OpenEye CEO Anthony Nicholls has noted how the decline of Big Pharma's fortunes from the 90s onwards tracks well with the replacement of product people at the helm with sales people and lawyers. That seems to be too much of a coincidence. CEOs and CSO definitely set the tone for what's important, and it's hard to see how a lawyer from a company that has nothing to do with making drugs can truly appreciate how to improve a drug-making company's core competency. Nor does being product-driven entail sucking up other firms in mergers and acquisitions. The problem is that while your company's fortunes may get a brief shot in the arm because of new products developed by other companies, at some point those companies' products may themselves run out. More importantly, if your primary goal is to simply acquire other companies, then you are no longer a pharmaceutical R&D organization, you are more like a holding house for other companies' products which you simply acquire and sell. At the very least you should then call yourself a holding house.

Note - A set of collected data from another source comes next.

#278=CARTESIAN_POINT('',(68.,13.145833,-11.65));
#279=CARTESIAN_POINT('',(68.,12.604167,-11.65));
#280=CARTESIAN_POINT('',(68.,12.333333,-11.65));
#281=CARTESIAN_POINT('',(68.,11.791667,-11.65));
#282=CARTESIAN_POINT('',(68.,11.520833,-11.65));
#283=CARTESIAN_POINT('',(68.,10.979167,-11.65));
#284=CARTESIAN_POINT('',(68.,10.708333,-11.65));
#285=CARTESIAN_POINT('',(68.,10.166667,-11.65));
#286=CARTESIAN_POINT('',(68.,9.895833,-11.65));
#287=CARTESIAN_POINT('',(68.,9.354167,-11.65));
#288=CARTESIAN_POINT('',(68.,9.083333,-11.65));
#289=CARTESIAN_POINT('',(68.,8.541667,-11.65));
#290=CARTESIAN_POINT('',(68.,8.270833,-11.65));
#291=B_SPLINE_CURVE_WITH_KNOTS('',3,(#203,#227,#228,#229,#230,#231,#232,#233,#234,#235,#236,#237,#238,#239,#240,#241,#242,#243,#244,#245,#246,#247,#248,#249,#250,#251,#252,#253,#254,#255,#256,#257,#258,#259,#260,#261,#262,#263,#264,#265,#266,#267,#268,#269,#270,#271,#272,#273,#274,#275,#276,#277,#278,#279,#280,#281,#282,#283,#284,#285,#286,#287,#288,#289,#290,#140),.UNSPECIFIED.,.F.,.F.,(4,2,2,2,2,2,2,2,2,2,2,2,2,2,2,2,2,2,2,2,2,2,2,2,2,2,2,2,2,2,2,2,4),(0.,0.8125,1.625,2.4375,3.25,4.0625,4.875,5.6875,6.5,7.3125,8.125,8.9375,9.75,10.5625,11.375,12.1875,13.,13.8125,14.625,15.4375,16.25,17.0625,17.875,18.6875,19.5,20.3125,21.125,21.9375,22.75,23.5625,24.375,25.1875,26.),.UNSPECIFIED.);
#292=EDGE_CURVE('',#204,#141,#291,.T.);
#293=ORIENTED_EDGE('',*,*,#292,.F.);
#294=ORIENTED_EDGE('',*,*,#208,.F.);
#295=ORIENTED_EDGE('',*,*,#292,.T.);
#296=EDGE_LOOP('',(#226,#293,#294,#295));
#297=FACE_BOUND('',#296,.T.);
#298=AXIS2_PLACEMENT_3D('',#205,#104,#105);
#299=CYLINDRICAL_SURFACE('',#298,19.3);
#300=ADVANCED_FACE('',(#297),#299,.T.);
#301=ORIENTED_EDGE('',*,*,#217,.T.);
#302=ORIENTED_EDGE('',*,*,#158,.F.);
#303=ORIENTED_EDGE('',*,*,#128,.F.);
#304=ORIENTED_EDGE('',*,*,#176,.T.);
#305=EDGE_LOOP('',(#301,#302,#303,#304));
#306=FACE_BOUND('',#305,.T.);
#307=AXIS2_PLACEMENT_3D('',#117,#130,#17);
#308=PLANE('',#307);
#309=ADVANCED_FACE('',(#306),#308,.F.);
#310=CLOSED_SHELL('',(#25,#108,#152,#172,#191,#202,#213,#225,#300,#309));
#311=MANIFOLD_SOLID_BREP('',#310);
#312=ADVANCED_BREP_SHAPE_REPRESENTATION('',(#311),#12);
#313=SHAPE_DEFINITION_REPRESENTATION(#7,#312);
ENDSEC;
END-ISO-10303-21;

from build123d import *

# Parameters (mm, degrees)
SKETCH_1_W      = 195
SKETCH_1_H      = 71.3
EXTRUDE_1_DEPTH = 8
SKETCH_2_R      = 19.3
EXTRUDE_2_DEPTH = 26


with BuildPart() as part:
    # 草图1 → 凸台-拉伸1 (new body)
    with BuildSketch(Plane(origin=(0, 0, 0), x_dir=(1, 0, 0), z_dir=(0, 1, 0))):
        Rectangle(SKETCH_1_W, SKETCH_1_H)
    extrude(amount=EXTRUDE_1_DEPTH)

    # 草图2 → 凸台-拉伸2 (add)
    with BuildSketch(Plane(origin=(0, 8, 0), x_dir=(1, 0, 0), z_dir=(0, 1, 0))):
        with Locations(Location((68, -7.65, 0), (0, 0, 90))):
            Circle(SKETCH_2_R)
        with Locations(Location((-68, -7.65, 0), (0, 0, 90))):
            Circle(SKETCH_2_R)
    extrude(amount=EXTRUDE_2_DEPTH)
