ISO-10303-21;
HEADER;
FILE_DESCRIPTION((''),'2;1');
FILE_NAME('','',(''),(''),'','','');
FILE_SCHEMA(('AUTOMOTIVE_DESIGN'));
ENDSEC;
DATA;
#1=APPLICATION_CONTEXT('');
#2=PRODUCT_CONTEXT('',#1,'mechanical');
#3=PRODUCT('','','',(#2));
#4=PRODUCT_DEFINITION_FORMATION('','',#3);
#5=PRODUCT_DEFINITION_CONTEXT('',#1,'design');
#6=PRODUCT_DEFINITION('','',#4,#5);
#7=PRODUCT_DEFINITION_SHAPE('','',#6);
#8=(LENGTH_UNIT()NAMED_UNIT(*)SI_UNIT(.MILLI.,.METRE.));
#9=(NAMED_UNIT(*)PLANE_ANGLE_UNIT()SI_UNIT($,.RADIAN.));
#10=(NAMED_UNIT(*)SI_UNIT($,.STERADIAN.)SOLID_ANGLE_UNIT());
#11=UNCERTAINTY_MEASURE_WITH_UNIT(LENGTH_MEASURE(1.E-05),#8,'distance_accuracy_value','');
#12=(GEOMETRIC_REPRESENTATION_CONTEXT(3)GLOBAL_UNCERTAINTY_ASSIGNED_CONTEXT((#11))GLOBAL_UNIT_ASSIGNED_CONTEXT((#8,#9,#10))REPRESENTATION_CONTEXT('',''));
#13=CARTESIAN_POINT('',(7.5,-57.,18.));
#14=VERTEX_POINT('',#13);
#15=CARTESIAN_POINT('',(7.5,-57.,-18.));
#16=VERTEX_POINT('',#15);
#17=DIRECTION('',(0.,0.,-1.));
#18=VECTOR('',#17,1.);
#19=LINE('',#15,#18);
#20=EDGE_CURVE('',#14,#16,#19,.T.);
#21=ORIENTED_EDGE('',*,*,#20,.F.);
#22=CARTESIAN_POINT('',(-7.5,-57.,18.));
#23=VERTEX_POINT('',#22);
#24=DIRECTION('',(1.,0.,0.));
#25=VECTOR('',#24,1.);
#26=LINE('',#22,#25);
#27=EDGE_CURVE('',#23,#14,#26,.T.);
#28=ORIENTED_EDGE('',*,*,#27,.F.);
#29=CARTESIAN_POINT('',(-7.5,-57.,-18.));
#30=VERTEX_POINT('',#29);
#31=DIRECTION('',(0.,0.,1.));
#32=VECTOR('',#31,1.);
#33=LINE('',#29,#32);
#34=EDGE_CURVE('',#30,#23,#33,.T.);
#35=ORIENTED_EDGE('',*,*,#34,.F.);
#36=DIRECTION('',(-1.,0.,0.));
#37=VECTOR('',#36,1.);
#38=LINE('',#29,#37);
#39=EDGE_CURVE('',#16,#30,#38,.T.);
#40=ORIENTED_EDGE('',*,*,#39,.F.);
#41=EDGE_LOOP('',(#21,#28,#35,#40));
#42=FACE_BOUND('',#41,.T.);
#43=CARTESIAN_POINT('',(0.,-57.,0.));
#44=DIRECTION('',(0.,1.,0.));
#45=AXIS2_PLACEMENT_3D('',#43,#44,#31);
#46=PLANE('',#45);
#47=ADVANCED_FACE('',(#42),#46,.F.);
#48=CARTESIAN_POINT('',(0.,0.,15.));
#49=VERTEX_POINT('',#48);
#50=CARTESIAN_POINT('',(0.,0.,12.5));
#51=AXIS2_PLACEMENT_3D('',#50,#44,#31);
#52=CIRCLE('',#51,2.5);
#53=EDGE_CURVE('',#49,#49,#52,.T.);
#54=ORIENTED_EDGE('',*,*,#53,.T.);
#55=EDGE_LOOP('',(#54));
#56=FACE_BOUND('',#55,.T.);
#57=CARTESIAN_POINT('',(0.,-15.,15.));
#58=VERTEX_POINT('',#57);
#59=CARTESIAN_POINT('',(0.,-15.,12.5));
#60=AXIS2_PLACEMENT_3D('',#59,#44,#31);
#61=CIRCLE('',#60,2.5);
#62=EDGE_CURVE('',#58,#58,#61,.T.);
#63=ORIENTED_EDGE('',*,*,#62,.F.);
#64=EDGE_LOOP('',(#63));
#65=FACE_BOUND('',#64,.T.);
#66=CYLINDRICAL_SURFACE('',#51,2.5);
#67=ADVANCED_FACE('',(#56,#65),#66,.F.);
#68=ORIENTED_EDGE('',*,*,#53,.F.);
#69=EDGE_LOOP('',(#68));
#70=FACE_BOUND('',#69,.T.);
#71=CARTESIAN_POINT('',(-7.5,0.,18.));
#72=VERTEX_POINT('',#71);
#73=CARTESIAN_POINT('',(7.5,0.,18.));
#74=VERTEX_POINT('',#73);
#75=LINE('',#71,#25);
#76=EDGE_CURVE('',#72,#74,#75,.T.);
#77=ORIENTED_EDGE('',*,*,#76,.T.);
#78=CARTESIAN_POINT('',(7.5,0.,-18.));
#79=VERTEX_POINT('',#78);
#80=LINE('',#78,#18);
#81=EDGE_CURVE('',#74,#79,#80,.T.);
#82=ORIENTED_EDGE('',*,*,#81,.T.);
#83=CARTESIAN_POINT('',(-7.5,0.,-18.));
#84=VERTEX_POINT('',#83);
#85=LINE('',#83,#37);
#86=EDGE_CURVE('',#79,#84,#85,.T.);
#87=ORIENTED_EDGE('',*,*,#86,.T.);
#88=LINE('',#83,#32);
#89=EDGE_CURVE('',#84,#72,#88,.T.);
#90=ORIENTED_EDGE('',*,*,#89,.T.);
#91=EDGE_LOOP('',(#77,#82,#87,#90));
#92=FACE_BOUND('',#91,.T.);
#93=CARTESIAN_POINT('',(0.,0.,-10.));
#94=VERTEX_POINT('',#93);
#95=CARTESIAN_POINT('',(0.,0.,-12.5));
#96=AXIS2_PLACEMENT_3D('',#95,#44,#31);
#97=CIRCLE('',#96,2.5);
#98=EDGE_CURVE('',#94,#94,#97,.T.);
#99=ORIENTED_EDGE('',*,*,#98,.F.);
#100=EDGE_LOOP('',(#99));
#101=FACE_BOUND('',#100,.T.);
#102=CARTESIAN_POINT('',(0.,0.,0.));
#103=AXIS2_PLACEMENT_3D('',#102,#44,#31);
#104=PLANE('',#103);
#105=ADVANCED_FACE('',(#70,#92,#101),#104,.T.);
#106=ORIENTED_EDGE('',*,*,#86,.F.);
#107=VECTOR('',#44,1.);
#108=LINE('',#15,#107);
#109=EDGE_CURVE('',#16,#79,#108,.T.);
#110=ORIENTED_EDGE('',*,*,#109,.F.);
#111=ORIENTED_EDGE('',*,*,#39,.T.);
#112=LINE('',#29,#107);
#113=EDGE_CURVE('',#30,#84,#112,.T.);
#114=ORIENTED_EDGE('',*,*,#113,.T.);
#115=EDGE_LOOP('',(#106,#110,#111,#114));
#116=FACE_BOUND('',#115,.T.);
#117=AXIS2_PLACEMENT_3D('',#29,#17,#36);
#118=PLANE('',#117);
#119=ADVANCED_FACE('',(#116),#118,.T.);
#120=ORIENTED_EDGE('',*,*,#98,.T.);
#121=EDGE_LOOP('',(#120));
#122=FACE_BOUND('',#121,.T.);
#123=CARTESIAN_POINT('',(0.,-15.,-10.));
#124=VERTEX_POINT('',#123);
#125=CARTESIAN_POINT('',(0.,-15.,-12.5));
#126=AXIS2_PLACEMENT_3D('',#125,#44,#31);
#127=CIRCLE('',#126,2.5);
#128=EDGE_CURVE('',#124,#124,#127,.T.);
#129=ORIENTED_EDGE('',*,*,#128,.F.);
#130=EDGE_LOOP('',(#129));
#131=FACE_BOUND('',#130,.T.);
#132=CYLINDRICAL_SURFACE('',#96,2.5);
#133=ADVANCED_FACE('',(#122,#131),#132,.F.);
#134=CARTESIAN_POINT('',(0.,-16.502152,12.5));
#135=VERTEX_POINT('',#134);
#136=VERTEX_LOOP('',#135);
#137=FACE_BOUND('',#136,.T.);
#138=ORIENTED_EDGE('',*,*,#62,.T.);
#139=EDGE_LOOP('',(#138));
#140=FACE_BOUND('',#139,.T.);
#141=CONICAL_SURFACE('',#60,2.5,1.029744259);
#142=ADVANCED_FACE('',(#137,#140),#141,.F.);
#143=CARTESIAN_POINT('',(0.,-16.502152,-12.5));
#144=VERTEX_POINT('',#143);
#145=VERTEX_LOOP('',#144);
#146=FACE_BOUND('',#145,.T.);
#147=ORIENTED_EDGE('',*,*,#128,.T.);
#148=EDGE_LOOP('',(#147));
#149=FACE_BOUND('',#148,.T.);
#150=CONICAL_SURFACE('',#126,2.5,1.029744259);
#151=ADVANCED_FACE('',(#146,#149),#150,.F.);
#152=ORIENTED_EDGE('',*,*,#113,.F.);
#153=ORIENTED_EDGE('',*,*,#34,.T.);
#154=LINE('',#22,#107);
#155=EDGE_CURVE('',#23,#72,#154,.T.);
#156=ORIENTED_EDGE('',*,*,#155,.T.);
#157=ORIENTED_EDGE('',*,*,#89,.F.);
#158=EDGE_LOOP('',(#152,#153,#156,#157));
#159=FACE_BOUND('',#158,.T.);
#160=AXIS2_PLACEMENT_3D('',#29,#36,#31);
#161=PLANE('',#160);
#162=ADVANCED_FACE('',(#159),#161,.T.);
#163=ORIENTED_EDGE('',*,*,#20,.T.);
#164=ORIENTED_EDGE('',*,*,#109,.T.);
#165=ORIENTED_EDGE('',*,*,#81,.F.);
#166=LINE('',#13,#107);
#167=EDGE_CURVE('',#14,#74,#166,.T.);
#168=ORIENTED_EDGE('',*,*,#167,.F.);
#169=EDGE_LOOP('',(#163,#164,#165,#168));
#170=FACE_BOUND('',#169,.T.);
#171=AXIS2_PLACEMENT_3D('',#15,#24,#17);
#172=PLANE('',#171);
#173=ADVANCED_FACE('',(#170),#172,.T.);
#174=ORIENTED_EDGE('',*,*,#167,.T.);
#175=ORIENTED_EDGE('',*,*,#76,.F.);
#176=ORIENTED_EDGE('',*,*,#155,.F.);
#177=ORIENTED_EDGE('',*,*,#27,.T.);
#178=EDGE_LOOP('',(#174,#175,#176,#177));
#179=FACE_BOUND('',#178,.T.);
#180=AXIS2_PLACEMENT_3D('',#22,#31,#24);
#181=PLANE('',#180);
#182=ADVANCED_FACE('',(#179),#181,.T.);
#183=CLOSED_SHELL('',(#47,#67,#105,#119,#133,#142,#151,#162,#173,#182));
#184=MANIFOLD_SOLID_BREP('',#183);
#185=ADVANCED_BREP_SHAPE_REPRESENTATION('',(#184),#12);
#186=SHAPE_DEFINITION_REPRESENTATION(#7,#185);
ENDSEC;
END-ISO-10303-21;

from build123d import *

# Parameters (mm, degrees)
SKETCH1_W             = 15
SKETCH1_H             = 36
BOSS_EXTRUDE1_DEPTH   = 57
M6_TAPPED_HOLE1_D     = 5
M6_TAPPED_HOLE1_DEPTH = 15
M6_TAPPED_HOLE1_TIP   = 1.502151548


with BuildPart() as part:
    # Sketch1 → Boss-Extrude1 (new body)
    with BuildSketch(Plane(origin=(0, 0, 0), x_dir=(1, 0, 0), z_dir=(0, 1, 0))):
        Rectangle(SKETCH1_W, SKETCH1_H)
    extrude(amount=-BOSS_EXTRUDE1_DEPTH)

    # M6 Tapped Hole1
    with Locations(Plane(origin=(0, 0, 0), x_dir=(1, 0, 0), z_dir=(0, 1, 0))):
        with Locations((0, 12.5), (0, -12.5)):
            Hole(M6_TAPPED_HOLE1_D / 2, depth=M6_TAPPED_HOLE1_DEPTH)
            with Locations((0, 0, -(M6_TAPPED_HOLE1_DEPTH + M6_TAPPED_HOLE1_TIP / 2))):  # 118° drill point
                Cone(0, M6_TAPPED_HOLE1_D / 2, M6_TAPPED_HOLE1_TIP, mode=Mode.SUBTRACT)


solid = part.part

Of course, all this is more comprehensible (although still not excusable) when you consider how skewed the incentive systems are. When a new CEO is given a mandate to make a hefty profit in five years by impatient investors, their goals are totally limited to satisfying that narrowly defined demand, and since drug discovery (new product creation, that is) almost always looks at ten year horizons, the likelihood of that particular activity meeting their requirements is slim. Instead, acquiring the small neighborhood biotech and keeping investors happy for five years is the primary goal; after that you and your ten million dollar bonus are out anyway, so who cares?

In some sense Jobs' wisdom can be summed up very simply: if your company is based on a product, you should make better and more product. Selling it is important, but that comes next. If you invert the order or make sales your exclusive focus, then the very thing you are selling will one day cease to exist.